One part of the entries below is wanted: the lines from the one containing "# Parameters (mm, degrees)" through the one containing "4.04257326), (14.048088143, 4.085109489))". Write those out exactly and nothing else.
——
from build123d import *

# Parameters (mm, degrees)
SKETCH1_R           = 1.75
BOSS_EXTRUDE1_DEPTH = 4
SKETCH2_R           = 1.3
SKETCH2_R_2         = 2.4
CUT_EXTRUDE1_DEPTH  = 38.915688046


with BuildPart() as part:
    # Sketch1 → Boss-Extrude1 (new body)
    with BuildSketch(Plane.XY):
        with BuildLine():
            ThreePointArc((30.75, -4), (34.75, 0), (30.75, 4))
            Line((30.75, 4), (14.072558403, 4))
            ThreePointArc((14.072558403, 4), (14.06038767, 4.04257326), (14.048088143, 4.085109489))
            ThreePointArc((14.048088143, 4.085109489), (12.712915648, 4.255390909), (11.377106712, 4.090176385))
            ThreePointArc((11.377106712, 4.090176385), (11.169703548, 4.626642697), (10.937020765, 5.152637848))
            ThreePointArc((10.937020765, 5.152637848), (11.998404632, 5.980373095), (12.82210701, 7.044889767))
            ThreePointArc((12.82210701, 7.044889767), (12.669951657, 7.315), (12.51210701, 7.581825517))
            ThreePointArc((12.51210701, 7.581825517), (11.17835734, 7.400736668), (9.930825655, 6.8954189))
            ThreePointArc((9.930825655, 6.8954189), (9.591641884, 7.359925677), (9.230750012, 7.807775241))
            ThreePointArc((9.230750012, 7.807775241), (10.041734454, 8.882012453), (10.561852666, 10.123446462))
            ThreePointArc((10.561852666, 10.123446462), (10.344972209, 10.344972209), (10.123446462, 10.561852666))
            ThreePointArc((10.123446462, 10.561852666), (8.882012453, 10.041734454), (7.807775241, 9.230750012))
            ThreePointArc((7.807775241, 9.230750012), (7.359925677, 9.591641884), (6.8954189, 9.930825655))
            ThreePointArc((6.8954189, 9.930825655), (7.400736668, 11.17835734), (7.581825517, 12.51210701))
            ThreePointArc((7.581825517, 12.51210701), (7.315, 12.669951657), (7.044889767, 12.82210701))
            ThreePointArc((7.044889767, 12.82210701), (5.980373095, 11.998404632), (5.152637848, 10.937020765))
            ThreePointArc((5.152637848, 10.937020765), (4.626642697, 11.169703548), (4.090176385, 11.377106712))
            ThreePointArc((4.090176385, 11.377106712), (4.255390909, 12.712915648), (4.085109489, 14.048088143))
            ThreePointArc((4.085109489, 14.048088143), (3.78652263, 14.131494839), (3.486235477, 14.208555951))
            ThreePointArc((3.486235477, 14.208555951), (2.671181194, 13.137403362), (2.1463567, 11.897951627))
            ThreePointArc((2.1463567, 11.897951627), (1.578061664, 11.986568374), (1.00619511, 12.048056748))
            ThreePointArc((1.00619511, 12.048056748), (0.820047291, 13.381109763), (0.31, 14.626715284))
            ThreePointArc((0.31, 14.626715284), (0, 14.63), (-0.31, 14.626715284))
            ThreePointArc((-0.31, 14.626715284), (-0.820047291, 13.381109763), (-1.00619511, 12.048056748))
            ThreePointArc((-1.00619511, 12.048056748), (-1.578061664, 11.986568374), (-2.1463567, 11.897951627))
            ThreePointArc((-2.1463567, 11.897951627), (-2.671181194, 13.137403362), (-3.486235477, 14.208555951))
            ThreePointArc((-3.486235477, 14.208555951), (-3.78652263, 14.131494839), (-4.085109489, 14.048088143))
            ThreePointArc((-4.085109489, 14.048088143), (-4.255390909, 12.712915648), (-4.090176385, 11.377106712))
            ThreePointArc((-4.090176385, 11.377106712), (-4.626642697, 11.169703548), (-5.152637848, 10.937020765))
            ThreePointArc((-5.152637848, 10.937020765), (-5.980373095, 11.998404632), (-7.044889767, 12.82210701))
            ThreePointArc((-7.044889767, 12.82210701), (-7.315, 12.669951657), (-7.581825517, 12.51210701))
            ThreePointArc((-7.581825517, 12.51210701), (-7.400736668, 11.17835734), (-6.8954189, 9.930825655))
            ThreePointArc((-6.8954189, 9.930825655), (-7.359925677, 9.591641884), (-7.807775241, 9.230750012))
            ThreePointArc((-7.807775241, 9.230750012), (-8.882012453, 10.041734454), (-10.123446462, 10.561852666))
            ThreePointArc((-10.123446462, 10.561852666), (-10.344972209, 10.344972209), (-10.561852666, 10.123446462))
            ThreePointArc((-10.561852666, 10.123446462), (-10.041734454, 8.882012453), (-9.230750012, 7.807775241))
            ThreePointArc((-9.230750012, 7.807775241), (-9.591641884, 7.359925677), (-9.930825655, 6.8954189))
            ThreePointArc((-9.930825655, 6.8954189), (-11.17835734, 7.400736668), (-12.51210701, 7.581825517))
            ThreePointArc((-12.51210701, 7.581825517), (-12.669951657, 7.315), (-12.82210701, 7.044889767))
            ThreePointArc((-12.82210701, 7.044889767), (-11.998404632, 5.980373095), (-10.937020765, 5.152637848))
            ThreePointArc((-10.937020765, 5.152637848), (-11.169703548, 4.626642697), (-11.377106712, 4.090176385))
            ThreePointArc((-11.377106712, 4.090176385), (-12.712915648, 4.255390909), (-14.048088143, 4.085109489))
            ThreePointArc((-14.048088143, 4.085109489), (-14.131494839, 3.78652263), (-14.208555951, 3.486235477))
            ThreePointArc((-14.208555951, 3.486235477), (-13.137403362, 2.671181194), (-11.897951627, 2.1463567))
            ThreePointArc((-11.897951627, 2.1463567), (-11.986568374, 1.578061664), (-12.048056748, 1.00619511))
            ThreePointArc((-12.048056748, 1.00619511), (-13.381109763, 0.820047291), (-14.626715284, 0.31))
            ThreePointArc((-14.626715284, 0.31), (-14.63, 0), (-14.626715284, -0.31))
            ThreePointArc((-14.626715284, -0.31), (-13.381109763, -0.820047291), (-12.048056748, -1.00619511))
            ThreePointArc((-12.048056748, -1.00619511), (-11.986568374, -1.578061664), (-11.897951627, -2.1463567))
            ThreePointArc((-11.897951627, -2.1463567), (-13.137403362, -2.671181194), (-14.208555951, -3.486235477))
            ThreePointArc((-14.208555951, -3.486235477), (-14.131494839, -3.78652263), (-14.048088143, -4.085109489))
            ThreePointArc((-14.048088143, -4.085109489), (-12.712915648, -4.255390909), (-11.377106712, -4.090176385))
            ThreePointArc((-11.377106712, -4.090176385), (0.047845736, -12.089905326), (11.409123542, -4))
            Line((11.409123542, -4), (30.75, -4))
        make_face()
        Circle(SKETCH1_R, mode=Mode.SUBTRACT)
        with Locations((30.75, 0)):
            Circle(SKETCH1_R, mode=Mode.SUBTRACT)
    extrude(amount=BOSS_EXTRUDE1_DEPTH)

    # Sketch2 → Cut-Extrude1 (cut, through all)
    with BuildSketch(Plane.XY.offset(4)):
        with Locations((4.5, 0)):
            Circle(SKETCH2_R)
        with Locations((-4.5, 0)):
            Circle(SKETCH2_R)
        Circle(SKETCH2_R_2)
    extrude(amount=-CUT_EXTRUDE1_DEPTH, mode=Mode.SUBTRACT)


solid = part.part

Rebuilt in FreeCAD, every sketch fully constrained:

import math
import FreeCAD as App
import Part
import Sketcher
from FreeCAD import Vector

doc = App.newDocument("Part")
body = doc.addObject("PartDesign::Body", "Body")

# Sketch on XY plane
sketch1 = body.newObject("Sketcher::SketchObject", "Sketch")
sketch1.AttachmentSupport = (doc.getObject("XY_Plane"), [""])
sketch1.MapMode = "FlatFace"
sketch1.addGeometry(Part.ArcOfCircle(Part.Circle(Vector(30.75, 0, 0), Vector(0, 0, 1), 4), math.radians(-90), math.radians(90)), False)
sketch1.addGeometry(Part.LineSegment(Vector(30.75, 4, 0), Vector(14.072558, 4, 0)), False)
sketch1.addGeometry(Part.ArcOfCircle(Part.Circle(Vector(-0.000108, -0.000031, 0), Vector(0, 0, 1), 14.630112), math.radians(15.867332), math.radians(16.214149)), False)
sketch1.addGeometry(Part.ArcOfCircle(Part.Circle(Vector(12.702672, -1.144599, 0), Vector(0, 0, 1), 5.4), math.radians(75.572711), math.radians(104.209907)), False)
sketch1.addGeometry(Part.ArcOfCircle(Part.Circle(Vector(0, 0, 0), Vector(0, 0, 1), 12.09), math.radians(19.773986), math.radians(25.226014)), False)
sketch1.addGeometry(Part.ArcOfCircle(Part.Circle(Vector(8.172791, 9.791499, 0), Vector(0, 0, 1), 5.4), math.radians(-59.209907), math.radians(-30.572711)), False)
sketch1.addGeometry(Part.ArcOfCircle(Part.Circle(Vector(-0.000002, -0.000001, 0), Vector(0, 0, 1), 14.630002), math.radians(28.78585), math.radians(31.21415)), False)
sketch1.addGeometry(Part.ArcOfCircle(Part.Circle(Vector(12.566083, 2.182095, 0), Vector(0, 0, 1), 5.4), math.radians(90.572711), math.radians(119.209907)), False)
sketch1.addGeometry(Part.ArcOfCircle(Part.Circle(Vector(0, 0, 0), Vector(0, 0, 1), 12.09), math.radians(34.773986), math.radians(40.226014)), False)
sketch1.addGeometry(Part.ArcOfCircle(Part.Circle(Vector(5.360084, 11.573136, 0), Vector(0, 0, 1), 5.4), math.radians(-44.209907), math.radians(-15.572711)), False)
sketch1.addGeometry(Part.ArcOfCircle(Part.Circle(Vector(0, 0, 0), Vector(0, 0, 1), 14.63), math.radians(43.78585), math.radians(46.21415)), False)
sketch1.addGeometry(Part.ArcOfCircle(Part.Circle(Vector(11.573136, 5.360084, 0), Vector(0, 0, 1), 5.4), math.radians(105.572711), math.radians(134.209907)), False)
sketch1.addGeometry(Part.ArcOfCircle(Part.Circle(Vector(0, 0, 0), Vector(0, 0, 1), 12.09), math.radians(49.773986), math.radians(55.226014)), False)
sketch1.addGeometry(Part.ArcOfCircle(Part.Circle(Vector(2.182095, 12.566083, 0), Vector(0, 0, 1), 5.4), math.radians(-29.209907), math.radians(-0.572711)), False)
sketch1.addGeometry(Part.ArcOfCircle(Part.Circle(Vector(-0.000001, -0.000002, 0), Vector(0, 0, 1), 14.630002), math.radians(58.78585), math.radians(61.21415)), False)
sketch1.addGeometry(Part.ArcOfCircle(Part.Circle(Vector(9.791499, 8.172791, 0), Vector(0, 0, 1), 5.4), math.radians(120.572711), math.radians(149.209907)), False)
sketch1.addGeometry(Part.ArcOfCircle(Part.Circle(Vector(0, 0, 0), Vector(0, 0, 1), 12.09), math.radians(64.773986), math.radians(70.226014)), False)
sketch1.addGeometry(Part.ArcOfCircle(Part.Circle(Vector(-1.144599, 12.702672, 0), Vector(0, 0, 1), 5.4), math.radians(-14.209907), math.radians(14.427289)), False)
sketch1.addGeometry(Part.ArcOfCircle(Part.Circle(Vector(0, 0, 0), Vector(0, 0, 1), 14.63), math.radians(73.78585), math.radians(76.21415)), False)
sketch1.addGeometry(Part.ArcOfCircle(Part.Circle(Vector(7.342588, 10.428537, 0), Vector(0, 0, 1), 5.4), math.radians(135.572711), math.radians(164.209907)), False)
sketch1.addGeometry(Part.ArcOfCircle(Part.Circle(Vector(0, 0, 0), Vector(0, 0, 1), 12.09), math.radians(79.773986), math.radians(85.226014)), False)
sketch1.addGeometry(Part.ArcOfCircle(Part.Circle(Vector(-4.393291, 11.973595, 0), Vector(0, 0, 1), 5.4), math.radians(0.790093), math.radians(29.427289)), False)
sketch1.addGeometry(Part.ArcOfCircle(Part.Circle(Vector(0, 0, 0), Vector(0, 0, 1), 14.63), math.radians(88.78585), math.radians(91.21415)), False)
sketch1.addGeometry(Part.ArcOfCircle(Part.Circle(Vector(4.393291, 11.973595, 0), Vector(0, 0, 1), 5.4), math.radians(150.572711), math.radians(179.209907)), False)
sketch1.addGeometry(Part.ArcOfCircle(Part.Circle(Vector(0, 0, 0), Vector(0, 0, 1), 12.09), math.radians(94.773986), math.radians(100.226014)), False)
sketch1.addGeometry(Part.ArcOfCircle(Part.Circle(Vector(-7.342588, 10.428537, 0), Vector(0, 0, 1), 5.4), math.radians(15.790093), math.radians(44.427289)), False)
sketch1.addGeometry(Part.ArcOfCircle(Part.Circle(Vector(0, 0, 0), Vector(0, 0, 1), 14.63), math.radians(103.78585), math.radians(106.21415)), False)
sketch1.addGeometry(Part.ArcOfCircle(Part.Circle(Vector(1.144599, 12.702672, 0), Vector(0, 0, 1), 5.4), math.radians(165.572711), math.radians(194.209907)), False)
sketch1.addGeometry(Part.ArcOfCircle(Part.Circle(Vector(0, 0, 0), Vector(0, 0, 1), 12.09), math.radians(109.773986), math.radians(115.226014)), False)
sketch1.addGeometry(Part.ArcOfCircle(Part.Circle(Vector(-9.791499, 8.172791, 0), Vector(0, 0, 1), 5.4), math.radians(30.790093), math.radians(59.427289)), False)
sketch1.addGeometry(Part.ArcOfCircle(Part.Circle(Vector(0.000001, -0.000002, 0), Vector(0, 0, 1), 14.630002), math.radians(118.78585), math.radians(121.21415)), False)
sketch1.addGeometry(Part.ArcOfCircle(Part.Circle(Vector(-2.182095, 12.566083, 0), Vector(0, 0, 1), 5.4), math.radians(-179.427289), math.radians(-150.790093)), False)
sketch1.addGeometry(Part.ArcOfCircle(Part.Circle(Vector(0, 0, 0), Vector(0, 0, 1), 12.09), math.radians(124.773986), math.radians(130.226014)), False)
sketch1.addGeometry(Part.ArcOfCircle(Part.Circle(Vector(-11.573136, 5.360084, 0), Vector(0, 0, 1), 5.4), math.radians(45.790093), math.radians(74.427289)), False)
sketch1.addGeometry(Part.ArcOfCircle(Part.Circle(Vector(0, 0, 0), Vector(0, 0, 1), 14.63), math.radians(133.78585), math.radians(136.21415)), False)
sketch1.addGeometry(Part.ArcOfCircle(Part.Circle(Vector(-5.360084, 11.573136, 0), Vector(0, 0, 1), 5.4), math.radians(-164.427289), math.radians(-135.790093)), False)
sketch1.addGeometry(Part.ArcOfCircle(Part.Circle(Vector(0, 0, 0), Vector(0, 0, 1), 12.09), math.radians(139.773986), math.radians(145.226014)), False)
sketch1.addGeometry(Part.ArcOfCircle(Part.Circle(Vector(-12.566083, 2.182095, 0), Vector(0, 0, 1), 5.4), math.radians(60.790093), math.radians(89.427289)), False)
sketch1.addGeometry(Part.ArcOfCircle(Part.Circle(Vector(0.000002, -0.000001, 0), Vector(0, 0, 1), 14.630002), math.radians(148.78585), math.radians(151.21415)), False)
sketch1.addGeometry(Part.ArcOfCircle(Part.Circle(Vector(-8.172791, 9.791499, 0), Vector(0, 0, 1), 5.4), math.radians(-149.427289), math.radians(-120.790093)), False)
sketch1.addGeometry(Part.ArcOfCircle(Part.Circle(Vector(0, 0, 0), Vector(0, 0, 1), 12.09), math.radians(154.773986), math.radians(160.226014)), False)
——
- Solution
# Parameters (mm, degrees)
SKETCH1_R           = 1.75
BOSS_EXTRUDE1_DEPTH = 4
SKETCH2_R           = 1.3
SKETCH2_R_2         = 2.4
CUT_EXTRUDE1_DEPTH  = 38.915688046


with BuildPart() as part:
    # Sketch1 → Boss-Extrude1 (new body)
    with BuildSketch(Plane.XY):
        with BuildLine():
            ThreePointArc((30.75, -4), (34.75, 0), (30.75, 4))
            Line((30.75, 4), (14.072558403, 4))
            ThreePointArc((14.072558403, 4), (14.06038767, 4.04257326), (14.048088143, 4.085109489))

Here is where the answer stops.